• [EXERCISE PROMPT]
Beneath this line are the data; copy exactly the part of them that opens with the line containing "e28 v24 v25 LINE" and closes with the line containing "v27 (0,22.225,-10.4775)", and only that part.

(Dataset entries)
>>>

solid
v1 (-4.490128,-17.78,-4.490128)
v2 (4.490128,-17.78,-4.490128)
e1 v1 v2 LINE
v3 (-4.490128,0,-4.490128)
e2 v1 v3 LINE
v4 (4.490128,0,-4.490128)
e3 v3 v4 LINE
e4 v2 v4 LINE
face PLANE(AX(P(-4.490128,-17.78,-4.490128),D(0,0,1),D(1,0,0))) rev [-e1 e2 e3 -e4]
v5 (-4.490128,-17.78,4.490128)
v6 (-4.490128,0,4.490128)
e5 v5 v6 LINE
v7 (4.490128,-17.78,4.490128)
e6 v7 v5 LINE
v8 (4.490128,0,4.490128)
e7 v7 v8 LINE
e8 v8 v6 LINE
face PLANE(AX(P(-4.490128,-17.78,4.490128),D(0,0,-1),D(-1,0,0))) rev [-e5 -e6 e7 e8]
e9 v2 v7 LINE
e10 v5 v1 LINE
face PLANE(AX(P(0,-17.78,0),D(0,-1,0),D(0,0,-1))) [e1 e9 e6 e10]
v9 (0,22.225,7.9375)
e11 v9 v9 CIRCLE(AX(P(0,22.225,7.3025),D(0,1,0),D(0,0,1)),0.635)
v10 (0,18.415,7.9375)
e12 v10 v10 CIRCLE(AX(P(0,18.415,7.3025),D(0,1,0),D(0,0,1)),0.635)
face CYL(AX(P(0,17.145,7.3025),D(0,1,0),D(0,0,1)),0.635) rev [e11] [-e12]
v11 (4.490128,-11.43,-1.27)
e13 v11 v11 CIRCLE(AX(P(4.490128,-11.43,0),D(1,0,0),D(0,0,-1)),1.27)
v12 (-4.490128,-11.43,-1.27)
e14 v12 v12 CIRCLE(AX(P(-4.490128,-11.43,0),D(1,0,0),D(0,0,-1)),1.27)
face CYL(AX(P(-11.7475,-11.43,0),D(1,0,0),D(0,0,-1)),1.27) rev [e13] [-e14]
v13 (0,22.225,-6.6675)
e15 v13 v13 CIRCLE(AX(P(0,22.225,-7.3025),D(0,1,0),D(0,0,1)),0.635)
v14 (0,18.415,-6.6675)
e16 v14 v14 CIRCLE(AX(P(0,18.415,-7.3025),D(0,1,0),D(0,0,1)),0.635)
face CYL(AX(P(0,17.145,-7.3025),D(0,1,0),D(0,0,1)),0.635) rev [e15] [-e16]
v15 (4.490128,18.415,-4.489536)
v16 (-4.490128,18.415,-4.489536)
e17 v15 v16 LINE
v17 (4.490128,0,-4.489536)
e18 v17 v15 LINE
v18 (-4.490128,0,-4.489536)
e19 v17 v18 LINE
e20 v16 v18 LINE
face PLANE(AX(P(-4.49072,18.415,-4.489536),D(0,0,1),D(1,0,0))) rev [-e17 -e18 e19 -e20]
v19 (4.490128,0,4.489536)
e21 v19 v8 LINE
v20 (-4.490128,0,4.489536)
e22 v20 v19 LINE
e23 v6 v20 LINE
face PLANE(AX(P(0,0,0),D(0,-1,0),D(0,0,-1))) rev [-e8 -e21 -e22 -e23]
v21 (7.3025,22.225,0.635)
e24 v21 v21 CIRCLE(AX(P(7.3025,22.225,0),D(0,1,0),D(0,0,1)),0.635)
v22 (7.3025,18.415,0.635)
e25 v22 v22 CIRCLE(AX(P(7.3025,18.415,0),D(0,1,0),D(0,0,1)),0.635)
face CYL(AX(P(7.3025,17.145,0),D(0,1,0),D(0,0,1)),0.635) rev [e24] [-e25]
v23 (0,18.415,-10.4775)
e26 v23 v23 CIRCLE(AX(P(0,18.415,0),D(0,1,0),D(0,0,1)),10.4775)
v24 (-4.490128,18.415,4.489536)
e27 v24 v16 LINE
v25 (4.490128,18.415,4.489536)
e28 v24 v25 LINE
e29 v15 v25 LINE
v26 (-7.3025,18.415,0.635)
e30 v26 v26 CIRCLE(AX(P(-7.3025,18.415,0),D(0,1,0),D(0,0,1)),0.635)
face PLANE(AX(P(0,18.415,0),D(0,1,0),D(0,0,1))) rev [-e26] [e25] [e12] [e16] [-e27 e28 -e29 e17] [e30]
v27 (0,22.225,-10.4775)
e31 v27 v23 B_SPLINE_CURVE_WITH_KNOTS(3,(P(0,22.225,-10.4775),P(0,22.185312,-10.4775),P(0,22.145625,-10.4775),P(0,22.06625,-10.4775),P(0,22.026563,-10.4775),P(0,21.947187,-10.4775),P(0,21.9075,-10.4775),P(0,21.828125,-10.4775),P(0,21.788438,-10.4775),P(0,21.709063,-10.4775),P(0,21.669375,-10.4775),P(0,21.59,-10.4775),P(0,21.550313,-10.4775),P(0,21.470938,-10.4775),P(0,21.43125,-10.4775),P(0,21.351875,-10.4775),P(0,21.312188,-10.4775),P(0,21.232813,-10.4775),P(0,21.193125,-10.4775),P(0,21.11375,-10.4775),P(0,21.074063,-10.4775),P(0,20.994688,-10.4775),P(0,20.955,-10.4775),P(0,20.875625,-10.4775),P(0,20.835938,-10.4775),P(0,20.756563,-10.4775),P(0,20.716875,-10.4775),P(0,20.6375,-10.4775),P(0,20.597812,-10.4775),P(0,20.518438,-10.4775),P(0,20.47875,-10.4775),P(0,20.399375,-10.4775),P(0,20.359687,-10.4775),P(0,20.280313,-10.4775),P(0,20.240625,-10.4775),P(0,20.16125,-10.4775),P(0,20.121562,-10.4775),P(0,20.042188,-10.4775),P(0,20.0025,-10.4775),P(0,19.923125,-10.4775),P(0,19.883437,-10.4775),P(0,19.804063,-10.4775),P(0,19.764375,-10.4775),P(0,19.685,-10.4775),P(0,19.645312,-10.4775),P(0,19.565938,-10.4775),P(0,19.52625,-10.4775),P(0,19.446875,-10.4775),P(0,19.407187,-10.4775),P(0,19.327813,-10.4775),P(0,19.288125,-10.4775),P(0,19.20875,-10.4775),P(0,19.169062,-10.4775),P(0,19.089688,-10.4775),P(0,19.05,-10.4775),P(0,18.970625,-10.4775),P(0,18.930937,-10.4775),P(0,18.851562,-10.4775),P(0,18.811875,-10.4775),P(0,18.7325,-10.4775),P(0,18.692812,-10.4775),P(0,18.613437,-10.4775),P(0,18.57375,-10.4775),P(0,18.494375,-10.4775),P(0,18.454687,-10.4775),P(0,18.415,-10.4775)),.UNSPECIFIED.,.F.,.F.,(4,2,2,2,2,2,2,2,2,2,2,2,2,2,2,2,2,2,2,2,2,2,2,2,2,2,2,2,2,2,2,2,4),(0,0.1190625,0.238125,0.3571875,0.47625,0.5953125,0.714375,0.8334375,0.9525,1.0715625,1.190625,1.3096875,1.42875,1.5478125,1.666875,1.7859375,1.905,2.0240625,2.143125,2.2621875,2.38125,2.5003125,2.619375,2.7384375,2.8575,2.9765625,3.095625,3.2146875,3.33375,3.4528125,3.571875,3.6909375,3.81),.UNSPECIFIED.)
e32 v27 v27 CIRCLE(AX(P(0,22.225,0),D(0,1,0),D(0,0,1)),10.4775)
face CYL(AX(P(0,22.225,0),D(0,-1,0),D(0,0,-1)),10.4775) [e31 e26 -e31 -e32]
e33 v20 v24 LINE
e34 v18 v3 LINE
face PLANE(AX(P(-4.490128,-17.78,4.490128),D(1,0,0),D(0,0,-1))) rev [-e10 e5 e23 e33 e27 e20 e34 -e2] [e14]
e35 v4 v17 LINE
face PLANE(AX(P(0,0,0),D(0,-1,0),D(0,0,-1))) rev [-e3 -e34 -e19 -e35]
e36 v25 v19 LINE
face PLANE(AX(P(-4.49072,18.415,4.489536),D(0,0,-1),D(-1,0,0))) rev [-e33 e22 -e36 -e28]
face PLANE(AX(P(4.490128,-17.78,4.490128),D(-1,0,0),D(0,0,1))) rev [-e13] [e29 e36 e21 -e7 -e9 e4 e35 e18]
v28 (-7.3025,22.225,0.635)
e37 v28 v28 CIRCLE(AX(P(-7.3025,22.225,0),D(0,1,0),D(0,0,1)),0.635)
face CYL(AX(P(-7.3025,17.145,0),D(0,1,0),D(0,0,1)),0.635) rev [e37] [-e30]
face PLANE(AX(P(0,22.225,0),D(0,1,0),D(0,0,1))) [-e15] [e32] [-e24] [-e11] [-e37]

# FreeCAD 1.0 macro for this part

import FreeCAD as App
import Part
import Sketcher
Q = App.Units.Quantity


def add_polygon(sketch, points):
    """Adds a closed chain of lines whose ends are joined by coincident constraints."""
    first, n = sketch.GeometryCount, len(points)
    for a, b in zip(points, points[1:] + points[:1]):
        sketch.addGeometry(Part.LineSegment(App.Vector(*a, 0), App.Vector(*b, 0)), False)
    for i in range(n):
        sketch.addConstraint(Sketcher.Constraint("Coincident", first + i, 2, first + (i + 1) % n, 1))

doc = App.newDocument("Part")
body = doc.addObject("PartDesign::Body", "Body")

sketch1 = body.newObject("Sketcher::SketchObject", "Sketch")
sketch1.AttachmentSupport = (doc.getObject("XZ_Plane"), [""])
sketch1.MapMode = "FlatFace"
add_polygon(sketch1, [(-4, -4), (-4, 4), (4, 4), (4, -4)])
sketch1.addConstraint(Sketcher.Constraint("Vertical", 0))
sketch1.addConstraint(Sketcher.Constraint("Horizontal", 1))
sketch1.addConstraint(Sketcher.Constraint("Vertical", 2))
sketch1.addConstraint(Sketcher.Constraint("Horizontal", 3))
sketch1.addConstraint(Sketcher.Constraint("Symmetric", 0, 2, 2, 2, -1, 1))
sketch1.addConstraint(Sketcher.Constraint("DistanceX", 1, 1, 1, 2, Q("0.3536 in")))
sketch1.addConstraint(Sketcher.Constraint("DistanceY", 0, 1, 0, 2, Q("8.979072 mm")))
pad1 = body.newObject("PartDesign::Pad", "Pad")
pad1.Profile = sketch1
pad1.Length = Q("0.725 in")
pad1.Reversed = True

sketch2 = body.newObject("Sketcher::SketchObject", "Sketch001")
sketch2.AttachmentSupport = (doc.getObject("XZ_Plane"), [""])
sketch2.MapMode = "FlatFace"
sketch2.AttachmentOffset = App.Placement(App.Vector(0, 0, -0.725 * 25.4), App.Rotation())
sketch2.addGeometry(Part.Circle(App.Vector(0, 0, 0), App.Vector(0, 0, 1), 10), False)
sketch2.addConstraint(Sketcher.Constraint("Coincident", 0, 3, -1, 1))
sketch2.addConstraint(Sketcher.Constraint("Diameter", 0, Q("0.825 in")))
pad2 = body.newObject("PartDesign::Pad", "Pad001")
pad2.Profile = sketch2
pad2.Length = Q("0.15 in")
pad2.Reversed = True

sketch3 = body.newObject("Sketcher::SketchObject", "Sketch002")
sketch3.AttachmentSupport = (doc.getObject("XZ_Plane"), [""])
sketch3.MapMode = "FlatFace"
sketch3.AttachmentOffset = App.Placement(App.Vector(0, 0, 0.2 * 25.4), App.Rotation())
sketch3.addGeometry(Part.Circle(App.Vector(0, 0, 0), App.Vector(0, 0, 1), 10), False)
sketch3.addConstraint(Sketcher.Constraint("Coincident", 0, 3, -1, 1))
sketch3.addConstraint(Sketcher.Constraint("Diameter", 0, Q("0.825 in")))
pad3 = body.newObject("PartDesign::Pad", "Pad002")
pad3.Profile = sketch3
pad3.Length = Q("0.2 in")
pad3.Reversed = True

<<<
>>>

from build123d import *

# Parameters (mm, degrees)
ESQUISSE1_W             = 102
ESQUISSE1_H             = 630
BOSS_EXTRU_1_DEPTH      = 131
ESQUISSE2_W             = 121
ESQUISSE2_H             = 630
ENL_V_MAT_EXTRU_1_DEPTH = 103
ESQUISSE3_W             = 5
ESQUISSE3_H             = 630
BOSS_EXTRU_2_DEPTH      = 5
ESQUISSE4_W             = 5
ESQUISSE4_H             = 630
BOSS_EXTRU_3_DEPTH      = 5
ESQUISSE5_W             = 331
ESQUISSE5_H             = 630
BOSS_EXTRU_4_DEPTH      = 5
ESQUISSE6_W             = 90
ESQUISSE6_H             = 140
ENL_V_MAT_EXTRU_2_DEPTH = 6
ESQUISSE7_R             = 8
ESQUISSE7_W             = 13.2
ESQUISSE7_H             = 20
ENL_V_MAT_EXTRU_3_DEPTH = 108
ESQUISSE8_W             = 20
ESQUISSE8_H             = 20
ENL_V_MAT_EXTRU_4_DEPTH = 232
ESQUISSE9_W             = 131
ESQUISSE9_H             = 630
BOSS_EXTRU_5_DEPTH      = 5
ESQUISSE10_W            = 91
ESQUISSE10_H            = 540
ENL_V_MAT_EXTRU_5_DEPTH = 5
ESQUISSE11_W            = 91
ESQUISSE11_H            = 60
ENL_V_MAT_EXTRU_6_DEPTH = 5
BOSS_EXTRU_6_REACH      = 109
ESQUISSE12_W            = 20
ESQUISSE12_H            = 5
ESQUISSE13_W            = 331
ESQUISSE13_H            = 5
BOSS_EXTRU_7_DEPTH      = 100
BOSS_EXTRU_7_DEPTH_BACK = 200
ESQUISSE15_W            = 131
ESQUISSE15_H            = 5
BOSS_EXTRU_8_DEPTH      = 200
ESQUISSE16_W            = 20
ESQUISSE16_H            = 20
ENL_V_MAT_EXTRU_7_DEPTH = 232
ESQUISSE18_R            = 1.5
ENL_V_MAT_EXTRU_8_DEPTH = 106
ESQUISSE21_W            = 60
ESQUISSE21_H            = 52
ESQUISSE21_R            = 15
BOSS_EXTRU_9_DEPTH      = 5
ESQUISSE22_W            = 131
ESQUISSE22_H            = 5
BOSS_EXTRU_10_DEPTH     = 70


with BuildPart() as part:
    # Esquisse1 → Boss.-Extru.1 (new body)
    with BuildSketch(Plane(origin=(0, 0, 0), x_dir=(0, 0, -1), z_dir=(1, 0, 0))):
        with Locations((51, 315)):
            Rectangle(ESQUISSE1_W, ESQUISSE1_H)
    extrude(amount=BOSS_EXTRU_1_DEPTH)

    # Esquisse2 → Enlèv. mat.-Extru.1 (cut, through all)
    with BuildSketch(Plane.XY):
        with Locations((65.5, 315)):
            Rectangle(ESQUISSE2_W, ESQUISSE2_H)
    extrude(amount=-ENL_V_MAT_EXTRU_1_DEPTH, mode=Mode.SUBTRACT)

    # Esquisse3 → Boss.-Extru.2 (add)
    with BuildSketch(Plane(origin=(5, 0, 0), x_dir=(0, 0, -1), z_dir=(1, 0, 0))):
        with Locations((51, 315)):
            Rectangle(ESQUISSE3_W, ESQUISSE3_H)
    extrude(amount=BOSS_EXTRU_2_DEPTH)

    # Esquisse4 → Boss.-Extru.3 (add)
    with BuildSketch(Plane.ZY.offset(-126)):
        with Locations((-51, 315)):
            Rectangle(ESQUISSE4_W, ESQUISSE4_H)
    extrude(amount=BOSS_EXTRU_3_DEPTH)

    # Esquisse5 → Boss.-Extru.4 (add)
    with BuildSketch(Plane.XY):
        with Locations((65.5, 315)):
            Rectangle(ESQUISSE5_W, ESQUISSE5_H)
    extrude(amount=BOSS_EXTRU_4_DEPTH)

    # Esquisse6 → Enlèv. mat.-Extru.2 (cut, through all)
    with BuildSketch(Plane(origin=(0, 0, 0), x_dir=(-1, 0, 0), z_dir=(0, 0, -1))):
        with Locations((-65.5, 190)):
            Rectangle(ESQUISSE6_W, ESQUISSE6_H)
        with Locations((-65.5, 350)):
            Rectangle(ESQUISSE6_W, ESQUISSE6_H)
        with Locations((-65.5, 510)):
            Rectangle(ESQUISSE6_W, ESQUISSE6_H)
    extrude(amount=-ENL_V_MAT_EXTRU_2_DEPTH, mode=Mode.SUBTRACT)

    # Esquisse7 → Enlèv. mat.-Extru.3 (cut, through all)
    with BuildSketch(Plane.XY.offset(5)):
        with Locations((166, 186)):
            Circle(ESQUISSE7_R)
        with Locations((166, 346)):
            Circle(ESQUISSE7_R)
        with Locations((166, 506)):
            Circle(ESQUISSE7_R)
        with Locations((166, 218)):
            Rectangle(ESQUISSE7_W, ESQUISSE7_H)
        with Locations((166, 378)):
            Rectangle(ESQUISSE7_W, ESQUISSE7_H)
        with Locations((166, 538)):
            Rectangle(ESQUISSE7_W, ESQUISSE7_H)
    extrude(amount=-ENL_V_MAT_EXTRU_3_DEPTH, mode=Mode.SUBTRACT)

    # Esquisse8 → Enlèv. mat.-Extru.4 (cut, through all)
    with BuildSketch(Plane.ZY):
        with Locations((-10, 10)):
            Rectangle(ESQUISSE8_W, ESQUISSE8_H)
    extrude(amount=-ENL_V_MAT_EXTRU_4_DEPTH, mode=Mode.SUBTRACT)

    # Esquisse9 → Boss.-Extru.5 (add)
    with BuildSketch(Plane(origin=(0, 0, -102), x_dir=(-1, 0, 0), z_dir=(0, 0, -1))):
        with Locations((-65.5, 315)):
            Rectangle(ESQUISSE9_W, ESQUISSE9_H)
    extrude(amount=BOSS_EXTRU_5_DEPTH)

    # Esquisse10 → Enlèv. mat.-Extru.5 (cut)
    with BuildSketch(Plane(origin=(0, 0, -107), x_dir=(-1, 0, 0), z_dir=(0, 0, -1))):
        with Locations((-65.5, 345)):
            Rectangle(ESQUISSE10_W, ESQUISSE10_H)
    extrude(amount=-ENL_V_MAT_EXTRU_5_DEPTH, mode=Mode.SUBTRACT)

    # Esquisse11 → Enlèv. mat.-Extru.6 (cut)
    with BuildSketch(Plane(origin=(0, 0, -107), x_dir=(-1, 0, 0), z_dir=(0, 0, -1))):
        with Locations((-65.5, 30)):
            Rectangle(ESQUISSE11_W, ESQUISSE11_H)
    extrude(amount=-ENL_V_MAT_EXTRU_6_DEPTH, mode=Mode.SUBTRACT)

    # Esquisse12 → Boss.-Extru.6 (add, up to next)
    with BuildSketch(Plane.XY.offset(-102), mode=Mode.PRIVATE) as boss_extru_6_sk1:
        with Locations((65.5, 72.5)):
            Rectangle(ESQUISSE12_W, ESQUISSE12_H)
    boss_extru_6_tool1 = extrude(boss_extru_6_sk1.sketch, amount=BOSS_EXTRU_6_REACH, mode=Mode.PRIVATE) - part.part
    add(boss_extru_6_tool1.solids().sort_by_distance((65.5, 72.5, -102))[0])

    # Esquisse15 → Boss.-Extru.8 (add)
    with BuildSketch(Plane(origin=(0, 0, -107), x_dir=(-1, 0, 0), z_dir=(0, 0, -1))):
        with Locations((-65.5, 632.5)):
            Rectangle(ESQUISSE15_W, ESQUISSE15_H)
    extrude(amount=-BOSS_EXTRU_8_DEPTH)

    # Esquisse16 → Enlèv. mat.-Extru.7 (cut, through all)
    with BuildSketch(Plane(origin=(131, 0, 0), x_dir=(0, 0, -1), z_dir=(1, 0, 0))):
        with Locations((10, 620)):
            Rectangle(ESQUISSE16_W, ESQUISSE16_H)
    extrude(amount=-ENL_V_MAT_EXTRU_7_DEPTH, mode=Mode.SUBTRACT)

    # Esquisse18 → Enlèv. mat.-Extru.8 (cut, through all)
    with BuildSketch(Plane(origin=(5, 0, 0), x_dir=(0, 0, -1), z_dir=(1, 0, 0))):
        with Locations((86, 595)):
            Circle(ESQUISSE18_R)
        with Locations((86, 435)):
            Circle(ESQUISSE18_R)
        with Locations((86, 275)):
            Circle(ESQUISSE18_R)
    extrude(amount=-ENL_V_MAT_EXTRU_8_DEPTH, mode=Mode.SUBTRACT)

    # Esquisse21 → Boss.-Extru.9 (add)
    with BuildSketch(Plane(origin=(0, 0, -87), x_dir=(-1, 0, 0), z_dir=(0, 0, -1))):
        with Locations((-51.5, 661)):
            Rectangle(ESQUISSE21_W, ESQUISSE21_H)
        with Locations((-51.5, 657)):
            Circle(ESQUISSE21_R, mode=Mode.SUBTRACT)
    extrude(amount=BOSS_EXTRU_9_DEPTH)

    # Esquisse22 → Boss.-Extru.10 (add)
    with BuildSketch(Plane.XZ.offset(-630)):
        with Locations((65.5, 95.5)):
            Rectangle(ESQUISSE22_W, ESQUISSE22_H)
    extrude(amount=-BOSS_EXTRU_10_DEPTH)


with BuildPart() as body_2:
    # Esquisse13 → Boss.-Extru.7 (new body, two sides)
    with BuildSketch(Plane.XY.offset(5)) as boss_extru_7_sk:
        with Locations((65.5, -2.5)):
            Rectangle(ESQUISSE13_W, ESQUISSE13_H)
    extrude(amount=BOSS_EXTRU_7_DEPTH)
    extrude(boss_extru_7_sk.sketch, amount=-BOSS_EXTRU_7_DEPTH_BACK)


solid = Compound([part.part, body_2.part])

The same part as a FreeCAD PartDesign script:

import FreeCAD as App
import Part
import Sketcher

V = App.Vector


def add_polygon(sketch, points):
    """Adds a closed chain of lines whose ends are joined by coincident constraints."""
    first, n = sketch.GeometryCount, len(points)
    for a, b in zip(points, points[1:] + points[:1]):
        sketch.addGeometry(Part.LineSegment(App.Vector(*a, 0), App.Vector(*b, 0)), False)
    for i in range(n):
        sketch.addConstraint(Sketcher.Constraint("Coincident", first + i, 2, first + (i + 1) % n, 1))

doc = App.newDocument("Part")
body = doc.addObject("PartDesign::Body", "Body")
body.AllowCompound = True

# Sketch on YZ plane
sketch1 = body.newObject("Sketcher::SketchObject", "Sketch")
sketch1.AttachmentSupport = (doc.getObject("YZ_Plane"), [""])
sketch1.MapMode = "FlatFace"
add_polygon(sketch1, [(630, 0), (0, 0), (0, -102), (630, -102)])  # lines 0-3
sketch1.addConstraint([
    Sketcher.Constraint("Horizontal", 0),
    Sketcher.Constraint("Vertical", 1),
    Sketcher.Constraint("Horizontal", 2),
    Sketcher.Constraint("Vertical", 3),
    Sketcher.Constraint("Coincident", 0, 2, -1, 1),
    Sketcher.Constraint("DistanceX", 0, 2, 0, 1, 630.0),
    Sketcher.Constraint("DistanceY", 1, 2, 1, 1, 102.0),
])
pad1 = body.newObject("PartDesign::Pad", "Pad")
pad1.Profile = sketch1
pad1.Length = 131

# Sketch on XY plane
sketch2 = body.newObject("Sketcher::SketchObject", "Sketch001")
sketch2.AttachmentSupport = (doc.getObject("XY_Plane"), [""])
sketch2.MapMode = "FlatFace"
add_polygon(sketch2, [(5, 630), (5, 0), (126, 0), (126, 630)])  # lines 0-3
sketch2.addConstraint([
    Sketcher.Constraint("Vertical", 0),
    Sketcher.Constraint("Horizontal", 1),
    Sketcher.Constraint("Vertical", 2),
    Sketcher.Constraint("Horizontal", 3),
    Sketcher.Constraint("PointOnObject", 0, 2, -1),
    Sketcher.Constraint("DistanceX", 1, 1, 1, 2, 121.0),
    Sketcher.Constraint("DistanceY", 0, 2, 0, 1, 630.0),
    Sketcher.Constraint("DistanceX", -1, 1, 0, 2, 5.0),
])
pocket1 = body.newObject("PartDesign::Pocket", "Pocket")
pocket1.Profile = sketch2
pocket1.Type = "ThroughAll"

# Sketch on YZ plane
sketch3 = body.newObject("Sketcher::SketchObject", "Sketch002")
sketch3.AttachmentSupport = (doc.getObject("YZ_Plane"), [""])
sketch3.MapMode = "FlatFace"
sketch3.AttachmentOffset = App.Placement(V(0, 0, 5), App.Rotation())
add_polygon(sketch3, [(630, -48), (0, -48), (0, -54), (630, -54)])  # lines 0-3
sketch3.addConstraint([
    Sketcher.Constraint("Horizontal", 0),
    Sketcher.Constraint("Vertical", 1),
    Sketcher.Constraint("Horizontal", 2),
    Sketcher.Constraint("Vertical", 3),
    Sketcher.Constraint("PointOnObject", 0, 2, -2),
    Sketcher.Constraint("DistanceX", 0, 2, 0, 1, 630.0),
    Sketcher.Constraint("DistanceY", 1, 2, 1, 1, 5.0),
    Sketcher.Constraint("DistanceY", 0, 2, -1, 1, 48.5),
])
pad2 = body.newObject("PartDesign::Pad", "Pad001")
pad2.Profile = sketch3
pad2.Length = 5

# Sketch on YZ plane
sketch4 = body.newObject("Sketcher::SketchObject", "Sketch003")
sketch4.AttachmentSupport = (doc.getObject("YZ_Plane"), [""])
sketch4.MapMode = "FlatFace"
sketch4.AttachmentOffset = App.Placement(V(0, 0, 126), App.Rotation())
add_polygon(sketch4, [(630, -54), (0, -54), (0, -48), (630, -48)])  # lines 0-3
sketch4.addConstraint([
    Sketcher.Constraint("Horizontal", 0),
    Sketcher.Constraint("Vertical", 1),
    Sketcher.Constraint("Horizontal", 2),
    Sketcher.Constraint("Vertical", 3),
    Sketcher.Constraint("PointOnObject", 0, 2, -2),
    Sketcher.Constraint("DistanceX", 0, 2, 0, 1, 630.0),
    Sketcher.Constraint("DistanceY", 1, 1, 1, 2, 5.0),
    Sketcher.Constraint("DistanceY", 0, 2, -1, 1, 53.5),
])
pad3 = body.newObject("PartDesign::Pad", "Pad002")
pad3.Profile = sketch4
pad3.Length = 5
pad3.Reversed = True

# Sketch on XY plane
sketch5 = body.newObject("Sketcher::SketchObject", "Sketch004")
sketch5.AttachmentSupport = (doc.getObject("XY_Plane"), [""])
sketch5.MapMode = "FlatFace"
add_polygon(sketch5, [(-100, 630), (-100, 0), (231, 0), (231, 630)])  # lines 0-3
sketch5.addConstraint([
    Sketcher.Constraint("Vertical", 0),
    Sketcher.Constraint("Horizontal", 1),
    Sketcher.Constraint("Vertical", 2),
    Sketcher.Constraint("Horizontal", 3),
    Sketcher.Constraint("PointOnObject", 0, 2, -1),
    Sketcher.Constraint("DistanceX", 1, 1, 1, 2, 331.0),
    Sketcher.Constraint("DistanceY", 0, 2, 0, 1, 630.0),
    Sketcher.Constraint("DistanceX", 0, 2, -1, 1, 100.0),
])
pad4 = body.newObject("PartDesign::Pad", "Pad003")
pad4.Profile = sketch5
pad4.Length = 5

<<<

• [SOLUTION TO THIS TASK]
e28 v24 v25 LINE
e29 v15 v25 LINE
v26 (-7.3025,18.415,0.635)
e30 v26 v26 CIRCLE(AX(P(-7.3025,18.415,0),D(0,1,0),D(0,0,1)),0.635)
face PLANE(AX(P(0,18.415,0),D(0,1,0),D(0,0,1))) rev [-e26] [e25] [e12] [e16] [-e27 e28 -e29 e17] [e30]
v27 (0,22.225,-10.4775)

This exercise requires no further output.